Date Sat, 06 Feb 2016 00:07:16 GMT
On 2/5/16 12:59 PM, Gilles wrote:
> On Fri, 5 Feb 2016 06:50:10 -0700, Phil Steitz wrote:
>> On 2/4/16 3:59 PM, Gilles wrote:
>>> Hi.
>>>
>>> Here is a micro-benchmark report (performed with "PerfTestUtils"):
>>> -----
>>> nextInt() (calls per timed block: 2000000, timed blocks: 100, time
>>> unit: ms)
>>>                         name time/call std dev total time ratio
>>> cv difference
>>> o.a.c.m.r.JDKRandomGenerator 1.088e-05 2.8e-06 2.1761e+03 1.000
>>> 0.26 0.0000e+00
>>>    o.a.c.m.r.MersenneTwister 1.024e-05 1.5e-06 2.0471e+03 0.941
>>> 0.15 -1.2900e+02
>>>           o.a.c.m.r.Well512a 1.193e-05 4.4e-07 2.3864e+03 1.097
>>> 0.04 2.1032e+02
>>>          o.a.c.m.r.Well1024a 1.348e-05 1.9e-06 2.6955e+03 1.239
>>> 0.14 5.1945e+02
>>>         o.a.c.m.r.Well19937a 1.495e-05 2.1e-06 2.9906e+03 1.374
>>> 0.14 8.1451e+02
>>>         o.a.c.m.r.Well19937c 1.577e-05 8.8e-07 3.1542e+03 1.450
>>> 0.06 9.7816e+02
>>>         o.a.c.m.r.Well44497a 1.918e-05 1.4e-06 3.8363e+03 1.763
>>> 0.08 1.6602e+03
>>>         o.a.c.m.r.Well44497b 1.953e-05 2.8e-06 3.9062e+03 1.795
>>> 0.14 1.7301e+03
>>>        o.a.c.m.r.ISAACRandom 1.169e-05 1.9e-06 2.3375e+03 1.074
>>> 0.16 1.6139e+02
>>> -----
>>> where "cv" is the ratio of the 3rd to the 2nd column.
>>>
>>> Questions are:
>>> * How meaningful are micro-benchmarks when the timed operation has
>>> a very
>>>   small duration (wrt e.g. the duration of other machine
>>> instructions that
>>>   are required to perform them)?
>>
>> It is harder to get good benchmarks for shorter duration activities,
>> but not impossible.  One thing that it would be good to do is to
>> compare these results with JMH [1].
>
> I was expecting insights based on the benchmark which I did run.

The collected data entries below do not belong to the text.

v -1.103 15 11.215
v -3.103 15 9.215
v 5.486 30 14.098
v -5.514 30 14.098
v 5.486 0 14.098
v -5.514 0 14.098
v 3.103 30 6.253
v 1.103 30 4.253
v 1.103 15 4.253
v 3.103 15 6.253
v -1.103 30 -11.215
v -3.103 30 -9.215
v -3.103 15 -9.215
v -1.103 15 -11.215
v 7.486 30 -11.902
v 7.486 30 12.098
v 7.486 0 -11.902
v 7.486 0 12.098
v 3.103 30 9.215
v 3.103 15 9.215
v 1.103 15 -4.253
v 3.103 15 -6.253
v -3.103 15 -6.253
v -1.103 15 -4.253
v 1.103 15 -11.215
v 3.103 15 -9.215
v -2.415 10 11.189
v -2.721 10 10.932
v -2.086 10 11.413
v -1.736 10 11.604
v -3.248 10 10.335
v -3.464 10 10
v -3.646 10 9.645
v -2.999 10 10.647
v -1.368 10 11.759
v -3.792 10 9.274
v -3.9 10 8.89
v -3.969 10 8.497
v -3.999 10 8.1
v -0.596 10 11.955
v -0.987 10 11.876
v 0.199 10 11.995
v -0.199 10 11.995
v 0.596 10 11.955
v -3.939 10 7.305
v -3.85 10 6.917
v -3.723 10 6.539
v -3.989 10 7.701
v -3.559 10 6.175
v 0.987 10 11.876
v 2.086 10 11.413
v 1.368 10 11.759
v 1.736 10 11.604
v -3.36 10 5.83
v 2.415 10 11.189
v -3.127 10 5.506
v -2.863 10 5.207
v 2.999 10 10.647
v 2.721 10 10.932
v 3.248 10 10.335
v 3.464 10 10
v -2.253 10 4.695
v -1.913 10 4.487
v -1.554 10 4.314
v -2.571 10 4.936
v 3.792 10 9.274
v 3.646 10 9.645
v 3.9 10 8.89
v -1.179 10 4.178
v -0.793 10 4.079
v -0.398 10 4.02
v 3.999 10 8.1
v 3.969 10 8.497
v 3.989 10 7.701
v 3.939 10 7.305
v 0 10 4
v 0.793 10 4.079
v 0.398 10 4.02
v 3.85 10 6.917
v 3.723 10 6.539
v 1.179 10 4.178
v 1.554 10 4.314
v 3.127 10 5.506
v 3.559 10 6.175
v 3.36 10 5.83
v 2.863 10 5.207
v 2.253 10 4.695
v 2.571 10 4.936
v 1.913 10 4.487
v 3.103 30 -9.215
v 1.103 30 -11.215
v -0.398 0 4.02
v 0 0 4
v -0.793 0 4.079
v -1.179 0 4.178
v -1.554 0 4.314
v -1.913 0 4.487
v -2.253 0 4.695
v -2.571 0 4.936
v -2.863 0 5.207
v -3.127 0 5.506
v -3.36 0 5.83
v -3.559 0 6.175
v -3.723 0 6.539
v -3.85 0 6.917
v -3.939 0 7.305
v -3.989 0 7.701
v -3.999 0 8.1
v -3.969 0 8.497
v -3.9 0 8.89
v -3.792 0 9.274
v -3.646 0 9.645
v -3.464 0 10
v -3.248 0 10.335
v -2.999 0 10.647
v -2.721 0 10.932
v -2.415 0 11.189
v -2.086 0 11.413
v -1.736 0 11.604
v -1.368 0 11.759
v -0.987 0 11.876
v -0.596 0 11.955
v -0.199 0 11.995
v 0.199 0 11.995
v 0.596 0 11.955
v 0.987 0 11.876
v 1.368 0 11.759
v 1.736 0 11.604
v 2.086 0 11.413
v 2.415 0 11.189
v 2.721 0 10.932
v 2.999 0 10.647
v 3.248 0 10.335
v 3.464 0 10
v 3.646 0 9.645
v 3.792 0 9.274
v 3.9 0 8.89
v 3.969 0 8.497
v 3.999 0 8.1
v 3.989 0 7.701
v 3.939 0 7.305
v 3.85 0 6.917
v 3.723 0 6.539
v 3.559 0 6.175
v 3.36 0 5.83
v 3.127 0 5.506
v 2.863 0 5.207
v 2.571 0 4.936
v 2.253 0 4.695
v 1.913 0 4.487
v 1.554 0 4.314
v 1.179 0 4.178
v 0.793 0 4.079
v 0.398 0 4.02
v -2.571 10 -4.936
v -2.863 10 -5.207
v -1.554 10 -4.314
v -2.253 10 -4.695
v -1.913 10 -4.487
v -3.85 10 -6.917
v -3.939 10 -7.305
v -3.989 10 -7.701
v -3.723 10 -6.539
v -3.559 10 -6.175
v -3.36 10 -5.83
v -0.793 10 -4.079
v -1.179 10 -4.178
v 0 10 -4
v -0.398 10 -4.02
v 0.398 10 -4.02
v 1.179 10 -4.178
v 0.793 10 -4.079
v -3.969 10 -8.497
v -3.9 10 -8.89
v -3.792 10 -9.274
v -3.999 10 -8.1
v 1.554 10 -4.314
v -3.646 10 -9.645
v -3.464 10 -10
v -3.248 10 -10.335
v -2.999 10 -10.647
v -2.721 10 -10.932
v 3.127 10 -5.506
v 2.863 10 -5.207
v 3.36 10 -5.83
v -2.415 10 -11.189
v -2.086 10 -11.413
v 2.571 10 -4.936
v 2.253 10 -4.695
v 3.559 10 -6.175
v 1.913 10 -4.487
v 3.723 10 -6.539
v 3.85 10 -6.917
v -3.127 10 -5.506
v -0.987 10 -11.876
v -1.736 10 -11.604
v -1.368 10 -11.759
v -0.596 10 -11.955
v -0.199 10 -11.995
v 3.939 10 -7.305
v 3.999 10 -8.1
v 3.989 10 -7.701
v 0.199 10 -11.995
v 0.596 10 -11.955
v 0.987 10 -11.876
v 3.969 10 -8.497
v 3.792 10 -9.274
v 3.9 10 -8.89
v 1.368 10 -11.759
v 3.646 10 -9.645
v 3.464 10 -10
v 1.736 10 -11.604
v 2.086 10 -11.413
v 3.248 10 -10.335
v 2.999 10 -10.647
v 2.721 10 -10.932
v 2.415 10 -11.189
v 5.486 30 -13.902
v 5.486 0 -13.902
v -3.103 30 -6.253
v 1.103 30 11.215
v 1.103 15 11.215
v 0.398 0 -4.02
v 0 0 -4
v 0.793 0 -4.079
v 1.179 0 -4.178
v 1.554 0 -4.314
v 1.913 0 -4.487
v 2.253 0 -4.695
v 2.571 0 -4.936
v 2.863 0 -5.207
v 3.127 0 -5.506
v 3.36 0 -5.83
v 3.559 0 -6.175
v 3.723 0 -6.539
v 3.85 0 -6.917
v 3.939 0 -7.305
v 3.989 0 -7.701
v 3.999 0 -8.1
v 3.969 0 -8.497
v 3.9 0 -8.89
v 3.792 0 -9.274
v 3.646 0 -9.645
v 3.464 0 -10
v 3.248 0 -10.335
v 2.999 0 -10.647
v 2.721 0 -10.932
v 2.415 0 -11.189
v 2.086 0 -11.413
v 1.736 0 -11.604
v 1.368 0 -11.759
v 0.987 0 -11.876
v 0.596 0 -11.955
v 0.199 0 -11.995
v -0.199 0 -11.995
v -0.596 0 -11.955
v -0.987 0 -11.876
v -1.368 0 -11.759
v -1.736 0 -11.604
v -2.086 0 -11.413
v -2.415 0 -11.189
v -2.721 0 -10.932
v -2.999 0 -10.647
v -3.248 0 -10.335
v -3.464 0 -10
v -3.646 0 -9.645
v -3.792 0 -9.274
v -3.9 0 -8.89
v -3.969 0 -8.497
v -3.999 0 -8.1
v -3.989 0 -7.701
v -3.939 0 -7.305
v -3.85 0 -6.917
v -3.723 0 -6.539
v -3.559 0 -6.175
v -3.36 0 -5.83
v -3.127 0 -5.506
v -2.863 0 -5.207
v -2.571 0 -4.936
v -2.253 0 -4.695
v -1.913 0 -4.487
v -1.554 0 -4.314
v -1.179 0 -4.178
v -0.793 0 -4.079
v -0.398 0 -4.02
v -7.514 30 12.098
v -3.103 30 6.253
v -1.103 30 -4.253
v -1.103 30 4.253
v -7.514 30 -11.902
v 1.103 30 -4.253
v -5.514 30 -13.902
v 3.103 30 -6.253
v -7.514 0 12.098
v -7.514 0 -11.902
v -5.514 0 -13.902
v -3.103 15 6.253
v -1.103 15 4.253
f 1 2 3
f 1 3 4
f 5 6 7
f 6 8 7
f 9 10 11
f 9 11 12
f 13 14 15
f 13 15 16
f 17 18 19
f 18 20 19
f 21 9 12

You asked whether or not benchmarks are meaningful when the task
being benchmarked is short duration.  I answered that question.
>
> We have a tool in CM; if it's wrong, we should remove it.
> How its results compare with JMH is an interesting question, 

I will look into this.
> I
> agree, but I don't have time to make an analysis of benchmarking
> tools (on top of what I've been doing since December because
> totally innocuous changes in the RNG classes were frowned upon
> out of baseless fear).

Please cut the hypberbole.
>
>>> * In a given environment (HW, OS, JVM), is there a lower limit
>>> (absolute
>>>   duration) below which anything will be deemed good enough?
>>
>> That depends completely on the application.
>
> Sorry, I thought that it was obvious: I don't speak of applications
> that don't care about performance. :-)
>
> For those that do, I do not agree with the statement: the question
> relates to finding a point below which it is the environment that
> overwhelms the other conditions.
> A point where there will be _unavoidable_ overhead (transferring data
> from/to memory, JVM book-keeping, ...) and perturbations (context
> switches, ...) such that their duration adds a constant time (on
> average) that may render most enhancements to an already efficient
> algorithm barely noticeable in practice.
> Similarly, but in the opposite direction, some language constructs
> or design choices might slow down things a bit, but without
> endangering any user.
>
> A problem arises when any enhancement to the design is deemed
> harmful because it degrades a micro-benchmark, even though that
> benchmark may not reflect any real use-cases.
> Then, the real harm is against development.
>
>>> * Can a library like CM admit a trade-off between ultimate
>>> performance and
>>>   good design?   IOW, is there an acceptable overhead in exchange
>>> for other qualities
>>>   (clarity, non-redundancy, extensibility, etc.)?
>>
>> That is too general a question to be meaningful.   We need to look
>> at specific cases.  What exactly are you proposing?
>
> <rant>
> It is quite meaningful even if it refers to general principles.
> Those could (should, IMO) be taken into account when managing a
> project like CM, on a par with "performance" (whose intrinsic value
> is never questioned).
> </rant>

Rant all you want.  Vague generalities and hyperbole have no value.
>
> Two specific cases are:
> * inheritance vs delegation (a.k.a. composition)
> * generics (that could require runtime casts)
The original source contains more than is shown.